What you need to do -> The answer is the line that contains "#70=SHAPE_DEFINITION_REPRESENTATION(#7,#69);" followed by every later line of the entries below, each repeated exactly, and nothing else.

Records for this task ->
=======

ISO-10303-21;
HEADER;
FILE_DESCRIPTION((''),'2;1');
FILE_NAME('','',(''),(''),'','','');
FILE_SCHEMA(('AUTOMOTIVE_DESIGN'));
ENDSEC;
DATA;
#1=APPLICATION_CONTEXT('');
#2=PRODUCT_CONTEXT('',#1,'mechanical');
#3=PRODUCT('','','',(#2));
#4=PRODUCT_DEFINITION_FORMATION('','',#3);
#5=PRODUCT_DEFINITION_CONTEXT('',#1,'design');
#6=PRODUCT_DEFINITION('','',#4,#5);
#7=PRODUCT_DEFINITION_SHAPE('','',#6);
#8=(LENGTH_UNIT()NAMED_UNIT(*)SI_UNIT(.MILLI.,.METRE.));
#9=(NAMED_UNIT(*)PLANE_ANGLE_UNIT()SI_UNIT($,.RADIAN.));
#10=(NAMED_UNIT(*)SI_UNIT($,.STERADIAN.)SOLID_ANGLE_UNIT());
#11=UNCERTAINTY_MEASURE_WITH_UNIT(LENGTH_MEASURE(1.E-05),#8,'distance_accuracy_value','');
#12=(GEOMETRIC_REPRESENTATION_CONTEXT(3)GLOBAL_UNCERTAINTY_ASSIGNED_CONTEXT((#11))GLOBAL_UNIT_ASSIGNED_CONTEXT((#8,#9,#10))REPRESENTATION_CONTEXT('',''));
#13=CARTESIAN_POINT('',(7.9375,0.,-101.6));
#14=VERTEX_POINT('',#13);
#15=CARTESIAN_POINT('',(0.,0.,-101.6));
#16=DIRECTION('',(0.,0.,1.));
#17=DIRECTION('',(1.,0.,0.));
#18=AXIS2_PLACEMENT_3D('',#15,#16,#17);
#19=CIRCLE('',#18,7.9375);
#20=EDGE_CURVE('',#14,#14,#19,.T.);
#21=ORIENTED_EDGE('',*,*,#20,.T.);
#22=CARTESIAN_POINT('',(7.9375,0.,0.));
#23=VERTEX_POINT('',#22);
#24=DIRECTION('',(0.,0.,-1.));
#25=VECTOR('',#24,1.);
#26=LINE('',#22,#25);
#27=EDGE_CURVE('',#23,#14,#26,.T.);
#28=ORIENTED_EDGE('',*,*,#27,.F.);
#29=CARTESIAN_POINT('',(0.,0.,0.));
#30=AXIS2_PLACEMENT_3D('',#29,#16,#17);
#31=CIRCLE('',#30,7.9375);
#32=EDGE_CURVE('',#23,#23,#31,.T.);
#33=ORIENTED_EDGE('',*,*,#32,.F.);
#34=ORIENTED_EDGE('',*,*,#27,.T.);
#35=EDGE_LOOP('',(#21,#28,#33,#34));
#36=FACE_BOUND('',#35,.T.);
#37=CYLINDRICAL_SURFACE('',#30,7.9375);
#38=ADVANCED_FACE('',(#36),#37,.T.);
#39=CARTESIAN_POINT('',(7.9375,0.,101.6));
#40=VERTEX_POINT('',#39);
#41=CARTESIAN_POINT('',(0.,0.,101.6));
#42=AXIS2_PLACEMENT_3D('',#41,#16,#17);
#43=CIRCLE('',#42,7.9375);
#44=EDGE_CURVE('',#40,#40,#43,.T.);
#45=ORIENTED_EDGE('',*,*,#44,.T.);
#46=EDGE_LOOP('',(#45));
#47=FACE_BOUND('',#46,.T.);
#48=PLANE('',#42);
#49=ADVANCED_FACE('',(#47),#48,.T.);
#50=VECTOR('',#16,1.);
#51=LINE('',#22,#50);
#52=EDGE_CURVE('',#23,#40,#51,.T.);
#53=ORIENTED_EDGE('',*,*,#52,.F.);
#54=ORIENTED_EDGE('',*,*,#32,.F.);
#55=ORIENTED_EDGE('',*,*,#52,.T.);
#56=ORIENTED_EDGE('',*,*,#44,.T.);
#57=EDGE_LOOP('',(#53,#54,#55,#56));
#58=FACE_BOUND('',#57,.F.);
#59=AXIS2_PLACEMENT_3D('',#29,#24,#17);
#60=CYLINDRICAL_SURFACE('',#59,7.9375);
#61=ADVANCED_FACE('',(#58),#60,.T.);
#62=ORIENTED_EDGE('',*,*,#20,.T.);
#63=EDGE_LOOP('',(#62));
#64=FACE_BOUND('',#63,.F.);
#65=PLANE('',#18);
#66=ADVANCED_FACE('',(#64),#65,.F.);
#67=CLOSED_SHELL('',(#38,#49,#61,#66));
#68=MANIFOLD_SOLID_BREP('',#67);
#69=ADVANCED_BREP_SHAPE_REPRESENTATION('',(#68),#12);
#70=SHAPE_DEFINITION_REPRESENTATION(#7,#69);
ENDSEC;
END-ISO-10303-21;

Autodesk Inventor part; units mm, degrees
ref_plane "YZ Plane" through (0, 0, 0) normal (1, 0, 0) x (0, 1, 0)
ref_plane "XZ Plane" through (0, 0, 0) normal (0, 1, 0) x (-1, 0, 0)
ref_plane "XY Plane" through (0, 0, 0) normal (0, 0, 1) x (1, 0, 0)
sketch "Sketch1" plane through (0, 0, 0) normal (0, 0, 1) x (1, 0, 0)
  circle A0 centre (0, 0) radius 7.9375
  dimension "d0" = 15.875
extrude "Extrusion1" add sketch "Sketch1" along normal mid plane 203.2
properties part number "5_8_inSteelRod" material "Steel, Mild"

=======

Answer for the task ->
#70=SHAPE_DEFINITION_REPRESENTATION(#7,#69);
ENDSEC;
END-ISO-10303-21;

Autodesk Inventor part; units mm, degrees
ref_plane "YZ Plane" through (0, 0, 0) normal (1, 0, 0) x (0, 1, 0)
ref_plane "XZ Plane" through (0, 0, 0) normal (0, 1, 0) x (-1, 0, 0)
ref_plane "XY Plane" through (0, 0, 0) normal (0, 0, 1) x (1, 0, 0)
sketch "Sketch1" plane through (0, 0, 0) normal (0, 0, 1) x (1, 0, 0)
  circle A0 centre (0, 0) radius 7.9375
  dimension "d0" = 15.875
extrude "Extrusion1" add sketch "Sketch1" along normal mid plane 203.2
properties part number "5_8_inSteelRod" material "Steel, Mild"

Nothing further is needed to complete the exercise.